Seton Hill presents Martin Luther King, Jr. educational program

By Katelyn Snyder

Center Spread Editor

Despite a last minute change in speaker, Seton Hill University (SHU) filled Cecilian Hall to watch the “Living the Dream: From the Campus to the Community” presented by Art Terry.

The hour-long presentation was the first part of a two-day celebration of Martin Luther King, Jr. Day. This year’s celebration was held later than usual (on February 3) because of winter break.

The program began with two dramatic presentations from the SHU Theatre Department, lead by Denise Pullen, representing diversity problems in the modern world.

Marcia Pratt, convener for the multicultural diversity awareness task force that sponsors the event, introduced the speaker to approximately 200 SHU students and faculty. Pratt referenced the mission statement, calling the students to “think and act critically, creatively, and ethically as productive members of society committed to transforming the world.”

“Life is not about our own narrow ways of viewing things,” said Terry, a graduate of Georgia Tech University who stepped in for Robert Burley when he suddenly became ill and could not speak as scheduled. “If all you eat in your life is chili, will you ever learn to appreciate steak?”

Terry incorporated many stories from his youth in Pittsburgh and about his family’s involvement in the Civil Rights Movement into Burley’s presentation outline.  He also stressed the importance of “be[ing] accountable for things you put in the world.”

“Everyone could identify with what (Terry) was saying. Everyone has been picked on or bullied for something in their life,” said sophomore Stephanie Wilson. Indeed, 60-70% of the room raised their hands when asked if they had ever felt discriminated upon.

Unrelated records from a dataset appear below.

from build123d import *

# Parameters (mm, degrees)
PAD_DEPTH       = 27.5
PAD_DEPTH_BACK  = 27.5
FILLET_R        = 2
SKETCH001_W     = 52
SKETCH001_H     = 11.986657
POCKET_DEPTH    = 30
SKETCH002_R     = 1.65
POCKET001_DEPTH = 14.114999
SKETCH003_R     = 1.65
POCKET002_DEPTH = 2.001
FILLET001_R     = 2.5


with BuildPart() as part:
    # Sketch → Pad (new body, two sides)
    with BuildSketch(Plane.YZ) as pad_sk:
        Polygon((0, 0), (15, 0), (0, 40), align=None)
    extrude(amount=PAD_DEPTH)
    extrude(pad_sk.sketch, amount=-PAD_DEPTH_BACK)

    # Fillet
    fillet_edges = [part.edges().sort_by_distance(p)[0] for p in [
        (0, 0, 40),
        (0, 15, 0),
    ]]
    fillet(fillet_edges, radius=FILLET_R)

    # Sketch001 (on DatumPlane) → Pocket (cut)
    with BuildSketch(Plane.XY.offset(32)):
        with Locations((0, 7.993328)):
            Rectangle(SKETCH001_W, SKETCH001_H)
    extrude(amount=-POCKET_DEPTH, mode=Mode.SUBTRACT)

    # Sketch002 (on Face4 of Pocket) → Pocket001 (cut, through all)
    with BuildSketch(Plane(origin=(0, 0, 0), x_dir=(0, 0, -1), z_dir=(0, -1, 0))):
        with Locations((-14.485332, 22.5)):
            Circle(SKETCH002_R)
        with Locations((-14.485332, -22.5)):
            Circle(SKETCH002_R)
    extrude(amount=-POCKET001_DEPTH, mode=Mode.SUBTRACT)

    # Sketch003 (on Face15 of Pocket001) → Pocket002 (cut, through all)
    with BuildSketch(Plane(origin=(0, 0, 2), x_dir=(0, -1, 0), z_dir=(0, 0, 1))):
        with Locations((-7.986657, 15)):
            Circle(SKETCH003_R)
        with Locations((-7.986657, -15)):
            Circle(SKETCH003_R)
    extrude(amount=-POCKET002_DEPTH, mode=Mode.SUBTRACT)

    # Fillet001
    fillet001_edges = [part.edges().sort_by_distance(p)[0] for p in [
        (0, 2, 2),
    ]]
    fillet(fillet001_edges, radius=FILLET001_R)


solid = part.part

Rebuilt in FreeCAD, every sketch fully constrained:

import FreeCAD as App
import Part
import Sketcher

V = App.Vector
Q = App.Units.Quantity


def edges_at(feature, points):
    """Names of the edges that pass closest to the given points."""
    edges = feature.Shape.Edges
    near = lambda p: min(range(len(edges)), key=lambda i: edges[i].distToShape(Part.Vertex(*p))[0])
    return sorted({f"Edge{near(p) + 1}" for p in points})

doc = App.newDocument("Part")
body = doc.addObject("PartDesign::Body", "Body")

# Sketch on YZ plane
sketch1 = doc.addObject("Sketcher::SketchObject", "Sketch")
body.addObject(sketch1)
sketch1.AttachmentSupport = (doc.YZ_Plane, [""])
sketch1.MapMode = "FlatFace"
sketch1.addGeometry(Part.LineSegment(V(0, 0, 0), V(15, 0, 0)), False)
sketch1.addGeometry(Part.LineSegment(V(15, 0, 0), V(0, 40, 0)), False)
sketch1.addGeometry(Part.LineSegment(V(0, 40, 0), V(0, 0, 0)), False)
sketch1.addConstraint(Sketcher.Constraint("Coincident", 0, 2, 1, 1))
sketch1.addConstraint(Sketcher.Constraint("Coincident", 1, 2, 2, 1))
sketch1.addConstraint(Sketcher.Constraint("Coincident", 2, 2, 0, 1))
sketch1.addConstraint(Sketcher.Constraint("Horizontal", 0))
sketch1.addConstraint(Sketcher.Constraint("Vertical", 2))
sketch1.addConstraint(Sketcher.Constraint("Coincident", 2, 2, -1, 1))
sketch1.addConstraint(Sketcher.Constraint("DistanceX", 0, 1, 0, 2, Q("15 mm")))
sketch1.addConstraint(Sketcher.Constraint("DistanceY", 2, 2, 2, 1, Q("40 mm")))
pad1 = doc.addObject("PartDesign::Pad", "Pad")
body.addObject(pad1)
pad1.Profile = sketch1
pad1.Type = "TwoLengths"
pad1.Length = 27.5
pad1.Length2 = 27.5
doc.recompute()

fillet = doc.addObject("PartDesign::Fillet", "Fillet")
body.addObject(fillet)
fillet.Base = (pad1, edges_at(pad1, [(0, 0, 40), (0, 15, 0)]))
fillet.Radius = 2

# Sketch on XY plane
sketch2 = doc.addObject("Sketcher::SketchObject", "Sketch001")
body.addObject(sketch2)
sketch2.AttachmentSupport = (doc.XY_Plane, [""])
sketch2.MapMode = "FlatFace"
sketch2.AttachmentOffset = App.Placement(V(0, 0, 32), App.Rotation())
sketch2.addGeometry(Part.LineSegment(V(-26, 14, 0), V(-26, 2, 0)), False)
sketch2.addGeometry(Part.LineSegment(V(-26, 2, 0), V(26, 2, 0)), False)
sketch2.addGeometry(Part.LineSegment(V(26, 2, 0), V(26, 14, 0)), False)
sketch2.addGeometry(Part.LineSegment(V(26, 14, 0), V(-26, 14, 0)), False)
sketch2.addConstraint(Sketcher.Constraint("Coincident", 0, 2, 1, 1))
sketch2.addConstraint(Sketcher.Constraint("Coincident", 1, 2, 2, 1))
sketch2.addConstraint(Sketcher.Constraint("Coincident", 2, 2, 3, 1))
sketch2.addConstraint(Sketcher.Constraint("Coincident", 3, 2, 0, 1))
sketch2.addConstraint(Sketcher.Constraint("Vertical", 0))
sketch2.addConstraint(Sketcher.Constraint("Horizontal", 1))
sketch2.addConstraint(Sketcher.Constraint("Vertical", 2))
sketch2.addConstraint(Sketcher.Constraint("Horizontal", 3))
sketch2.addConstraint(Sketcher.Constraint("DistanceX", 1, 1, 1, 2, Q("52 mm")))
sketch2.addConstraint(Sketcher.Constraint("DistanceX", 0, 2, -1, 1, Q("26 mm")))
sketch2.addConstraint(Sketcher.Constraint("DistanceY", -1, 1, 0, 2, Q("1.999999 mm")))
sketch2.addConstraint(Sketcher.Constraint("DistanceY", 0, 2, 0, 1, Q("11.986657 mm")))
pocket1 = doc.addObject("PartDesign::Pocket", "Pocket")
body.addObject(pocket1)
pocket1.Profile = sketch2
pocket1.Length = 30

# Sketch on XZ plane
sketch3 = doc.addObject("Sketcher::SketchObject", "Sketch002")
body.addObject(sketch3)
sketch3.AttachmentSupport = (doc.XZ_Plane, [""])
sketch3.MapMode = "FlatFace"
sketch3.addGeometry(Part.Circle(V(22.5, 14.5, 0), V(0, 0, 1), 1.6), False)
sketch3.addGeometry(Part.Circle(V(-22.5, 14.5, 0), V(0, 0, 1), 1.6), False)
sketch3.addConstraint(Sketcher.Constraint("Equal", 0, 1))
sketch3.addConstraint(Sketcher.Constraint("Symmetric", 0, 3, 1, 3, -2))
sketch3.addConstraint(Sketcher.Constraint("Diameter", 0, Q("3.3 mm")))
sketch3.addConstraint(Sketcher.Constraint("DistanceX", 1, 3, 0, 3, Q("45 mm")))
sketch3.addConstraint(Sketcher.Constraint("DistanceY", -1, 1, 0, 3, Q("14.485332 mm")))
pocket2 = doc.addObject("PartDesign::Pocket", "Pocket001")
body.addObject(pocket2)
pocket2.Profile = sketch3
pocket2.Type = "ThroughAll"

# Sketch on XY plane
sketch4 = doc.addObject("Sketcher::SketchObject", "Sketch003")
body.addObject(sketch4)
sketch4.AttachmentSupport = (doc.XY_Plane, [""])
sketch4.MapMode = "FlatFace"
sketch4.AttachmentOffset = App.Placement(V(0, 0, 2), App.Rotation())
sketch4.addGeometry(Part.Circle(V(15, 8, 0), V(0, 0, 1), 1.6), False)
sketch4.addGeometry(Part.Circle(V(-15, 8, 0), V(0, 0, 1), 1.6), False)
sketch4.addConstraint(Sketcher.Constraint("Equal", 0, 1))
sketch4.addConstraint(Sketcher.Constraint("Symmetric", 0, 3, 1, 3, -2))
sketch4.addConstraint(Sketcher.Constraint("Diameter", 0, Q("3.3 mm")))
sketch4.addConstraint(Sketcher.Constraint("DistanceX", -1, 1, 0, 3, Q("15 mm")))
sketch4.addConstraint(Sketcher.Constraint("DistanceY", -1, 1, 0, 3, Q("7.986657 mm")))
pocket3 = doc.addObject("PartDesign::Pocket", "Pocket002")
body.addObject(pocket3)
pocket3.Profile = sketch4
pocket3.Type = "ThroughAll"
doc.recompute()

fillet2 = doc.addObject("PartDesign::Fillet", "Fillet001")
body.addObject(fillet2)
fillet2.Base = (pocket3, edges_at(pocket3, [(0, 2, 2)]))
fillet2.Radius = 2.5

doc.recompute()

“He [The speaker] really tried his best to get the audience to participate,” said Pratt, who has been in charge of the two-day celebration since 1997 when it was instituted.

“Dr. King was a man of education, he was a man for all people and he served,” said Pratt. According to her, the two-day education and service program was developed to reflect both aspects of King’s life and legacy.

The program closed with one last upbeat performance by the SHU Theatre Department, who got rave reviews from both Pratt and Wilson.

The fourteen-year tradition of celebrating King at SHU will continue for many more years, according to Pratt.

“I don’t want [Kings] history to ever get lost. In this country, I don’t think that we have achieved the dream that Dr. King had. It’s a constant struggle, and we should keep that at the forefront [of education],” said Pratt.

In the words of Terry, “If we talk about [problems with diversity], then we can solve [them].”